* What is required: Out of the material that follows, write out exactly the lines from the line with "#56=CARTESIAN_POINT('',(15.5,0.,17.));" to the line with "#87=ORIENTED_EDGE('',*,*,#86,.T.);", both ends included, and no others.
-- Provided records follows --
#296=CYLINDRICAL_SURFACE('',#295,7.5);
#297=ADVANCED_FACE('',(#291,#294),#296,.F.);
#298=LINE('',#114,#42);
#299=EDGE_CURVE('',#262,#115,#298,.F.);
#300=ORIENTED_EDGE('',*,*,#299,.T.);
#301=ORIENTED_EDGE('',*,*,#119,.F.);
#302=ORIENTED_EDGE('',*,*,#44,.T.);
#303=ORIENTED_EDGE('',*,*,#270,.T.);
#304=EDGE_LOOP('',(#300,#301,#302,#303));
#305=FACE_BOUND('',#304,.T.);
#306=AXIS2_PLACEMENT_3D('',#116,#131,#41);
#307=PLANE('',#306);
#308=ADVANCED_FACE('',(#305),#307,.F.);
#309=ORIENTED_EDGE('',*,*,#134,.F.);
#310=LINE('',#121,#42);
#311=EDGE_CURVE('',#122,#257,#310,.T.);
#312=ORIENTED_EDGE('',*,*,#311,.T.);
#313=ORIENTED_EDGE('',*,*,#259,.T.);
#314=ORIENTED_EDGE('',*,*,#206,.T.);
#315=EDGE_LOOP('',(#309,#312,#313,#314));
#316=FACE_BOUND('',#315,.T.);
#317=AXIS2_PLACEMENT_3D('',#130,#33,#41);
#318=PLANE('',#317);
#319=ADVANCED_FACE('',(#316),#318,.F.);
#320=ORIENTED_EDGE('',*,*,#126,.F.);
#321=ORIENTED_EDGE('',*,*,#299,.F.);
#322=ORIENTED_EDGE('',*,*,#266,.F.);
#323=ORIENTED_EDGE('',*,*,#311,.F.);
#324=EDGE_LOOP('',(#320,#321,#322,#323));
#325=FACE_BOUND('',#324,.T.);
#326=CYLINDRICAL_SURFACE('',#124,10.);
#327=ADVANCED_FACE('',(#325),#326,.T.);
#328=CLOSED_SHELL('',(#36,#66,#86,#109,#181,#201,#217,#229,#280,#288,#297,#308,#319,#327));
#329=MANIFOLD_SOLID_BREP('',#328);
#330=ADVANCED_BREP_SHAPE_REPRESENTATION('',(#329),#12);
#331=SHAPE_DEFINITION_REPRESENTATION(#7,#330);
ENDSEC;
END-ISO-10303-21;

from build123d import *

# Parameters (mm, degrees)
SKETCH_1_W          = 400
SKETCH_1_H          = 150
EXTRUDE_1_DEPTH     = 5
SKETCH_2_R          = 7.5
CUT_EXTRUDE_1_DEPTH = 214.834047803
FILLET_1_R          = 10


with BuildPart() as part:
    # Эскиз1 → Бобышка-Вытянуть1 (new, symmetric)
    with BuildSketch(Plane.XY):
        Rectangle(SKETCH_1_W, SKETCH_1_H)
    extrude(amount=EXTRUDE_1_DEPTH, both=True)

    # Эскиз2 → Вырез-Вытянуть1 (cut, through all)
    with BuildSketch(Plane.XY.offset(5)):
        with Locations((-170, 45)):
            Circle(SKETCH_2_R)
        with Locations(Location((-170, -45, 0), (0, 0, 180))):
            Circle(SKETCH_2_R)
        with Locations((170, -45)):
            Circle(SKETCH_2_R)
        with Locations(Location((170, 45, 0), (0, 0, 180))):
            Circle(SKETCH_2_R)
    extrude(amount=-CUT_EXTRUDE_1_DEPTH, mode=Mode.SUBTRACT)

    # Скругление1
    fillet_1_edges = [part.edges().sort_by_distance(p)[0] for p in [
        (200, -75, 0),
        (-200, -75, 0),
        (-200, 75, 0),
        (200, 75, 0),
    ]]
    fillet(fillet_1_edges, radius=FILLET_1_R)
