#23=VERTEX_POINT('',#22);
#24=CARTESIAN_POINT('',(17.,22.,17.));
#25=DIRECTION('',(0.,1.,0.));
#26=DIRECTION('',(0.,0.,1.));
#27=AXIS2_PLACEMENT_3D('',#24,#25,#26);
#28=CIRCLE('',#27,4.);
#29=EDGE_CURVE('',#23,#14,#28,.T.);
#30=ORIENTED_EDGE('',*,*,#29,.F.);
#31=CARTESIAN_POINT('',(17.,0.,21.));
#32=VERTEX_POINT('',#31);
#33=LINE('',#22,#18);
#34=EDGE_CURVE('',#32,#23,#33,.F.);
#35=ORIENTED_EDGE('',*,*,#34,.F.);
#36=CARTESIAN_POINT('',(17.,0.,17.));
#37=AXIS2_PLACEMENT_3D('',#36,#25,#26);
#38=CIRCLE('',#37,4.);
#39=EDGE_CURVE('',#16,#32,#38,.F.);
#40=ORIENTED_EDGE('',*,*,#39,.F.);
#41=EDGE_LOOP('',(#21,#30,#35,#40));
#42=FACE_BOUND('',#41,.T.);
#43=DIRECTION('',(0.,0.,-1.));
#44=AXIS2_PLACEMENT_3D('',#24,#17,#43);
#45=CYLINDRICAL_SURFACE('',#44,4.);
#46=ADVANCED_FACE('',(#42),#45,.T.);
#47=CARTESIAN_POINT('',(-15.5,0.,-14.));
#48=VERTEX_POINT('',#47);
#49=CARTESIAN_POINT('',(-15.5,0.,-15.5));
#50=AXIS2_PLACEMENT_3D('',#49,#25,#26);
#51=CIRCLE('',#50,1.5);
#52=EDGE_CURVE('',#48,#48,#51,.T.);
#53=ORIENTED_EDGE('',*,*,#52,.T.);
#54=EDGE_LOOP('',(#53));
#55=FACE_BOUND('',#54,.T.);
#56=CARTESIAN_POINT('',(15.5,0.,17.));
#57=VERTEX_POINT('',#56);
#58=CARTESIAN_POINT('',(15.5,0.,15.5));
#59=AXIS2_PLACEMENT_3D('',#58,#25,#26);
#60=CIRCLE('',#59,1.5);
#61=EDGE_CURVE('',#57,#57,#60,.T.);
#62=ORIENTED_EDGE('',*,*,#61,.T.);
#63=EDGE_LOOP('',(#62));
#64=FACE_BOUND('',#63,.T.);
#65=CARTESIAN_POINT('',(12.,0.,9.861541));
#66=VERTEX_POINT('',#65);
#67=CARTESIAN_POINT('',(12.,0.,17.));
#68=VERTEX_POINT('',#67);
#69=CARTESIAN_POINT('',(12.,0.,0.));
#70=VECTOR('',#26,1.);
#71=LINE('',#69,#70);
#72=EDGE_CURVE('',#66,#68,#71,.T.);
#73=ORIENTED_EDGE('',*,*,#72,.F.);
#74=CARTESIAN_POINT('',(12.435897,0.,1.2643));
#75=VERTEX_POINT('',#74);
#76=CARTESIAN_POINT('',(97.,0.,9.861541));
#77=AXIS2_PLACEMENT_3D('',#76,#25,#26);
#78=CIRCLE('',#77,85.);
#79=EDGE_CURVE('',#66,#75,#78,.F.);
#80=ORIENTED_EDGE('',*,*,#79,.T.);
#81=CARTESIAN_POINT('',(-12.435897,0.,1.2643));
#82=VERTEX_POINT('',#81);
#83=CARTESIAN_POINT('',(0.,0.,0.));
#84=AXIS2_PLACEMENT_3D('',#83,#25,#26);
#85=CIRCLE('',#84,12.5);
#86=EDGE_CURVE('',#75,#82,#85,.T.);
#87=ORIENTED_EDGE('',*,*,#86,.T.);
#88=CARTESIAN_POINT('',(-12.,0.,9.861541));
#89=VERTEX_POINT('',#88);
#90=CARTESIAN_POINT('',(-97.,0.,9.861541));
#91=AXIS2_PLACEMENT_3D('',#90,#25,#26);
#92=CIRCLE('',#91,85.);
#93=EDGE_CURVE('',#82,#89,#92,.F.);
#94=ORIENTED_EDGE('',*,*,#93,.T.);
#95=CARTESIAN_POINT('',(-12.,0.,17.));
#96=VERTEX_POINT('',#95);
-- Provided records concluded --
* Task result:
#56=CARTESIAN_POINT('',(15.5,0.,17.));
#57=VERTEX_POINT('',#56);
#58=CARTESIAN_POINT('',(15.5,0.,15.5));
#59=AXIS2_PLACEMENT_3D('',#58,#25,#26);
#60=CIRCLE('',#59,1.5);
#61=EDGE_CURVE('',#57,#57,#60,.T.);
#62=ORIENTED_EDGE('',*,*,#61,.T.);
#63=EDGE_LOOP('',(#62));
#64=FACE_BOUND('',#63,.T.);
#65=CARTESIAN_POINT('',(12.,0.,9.861541));
#66=VERTEX_POINT('',#65);
#67=CARTESIAN_POINT('',(12.,0.,17.));
#68=VERTEX_POINT('',#67);
#69=CARTESIAN_POINT('',(12.,0.,0.));
#70=VECTOR('',#26,1.);
#71=LINE('',#69,#70);
#72=EDGE_CURVE('',#66,#68,#71,.T.);
#73=ORIENTED_EDGE('',*,*,#72,.F.);
#74=CARTESIAN_POINT('',(12.435897,0.,1.2643));
#75=VERTEX_POINT('',#74);
#76=CARTESIAN_POINT('',(97.,0.,9.861541));
#77=AXIS2_PLACEMENT_3D('',#76,#25,#26);
#78=CIRCLE('',#77,85.);
#79=EDGE_CURVE('',#66,#75,#78,.F.);
#80=ORIENTED_EDGE('',*,*,#79,.T.);
#81=CARTESIAN_POINT('',(-12.435897,0.,1.2643));
#82=VERTEX_POINT('',#81);
#83=CARTESIAN_POINT('',(0.,0.,0.));
#84=AXIS2_PLACEMENT_3D('',#83,#25,#26);
#85=CIRCLE('',#84,12.5);
#86=EDGE_CURVE('',#75,#82,#85,.T.);
#87=ORIENTED_EDGE('',*,*,#86,.T.);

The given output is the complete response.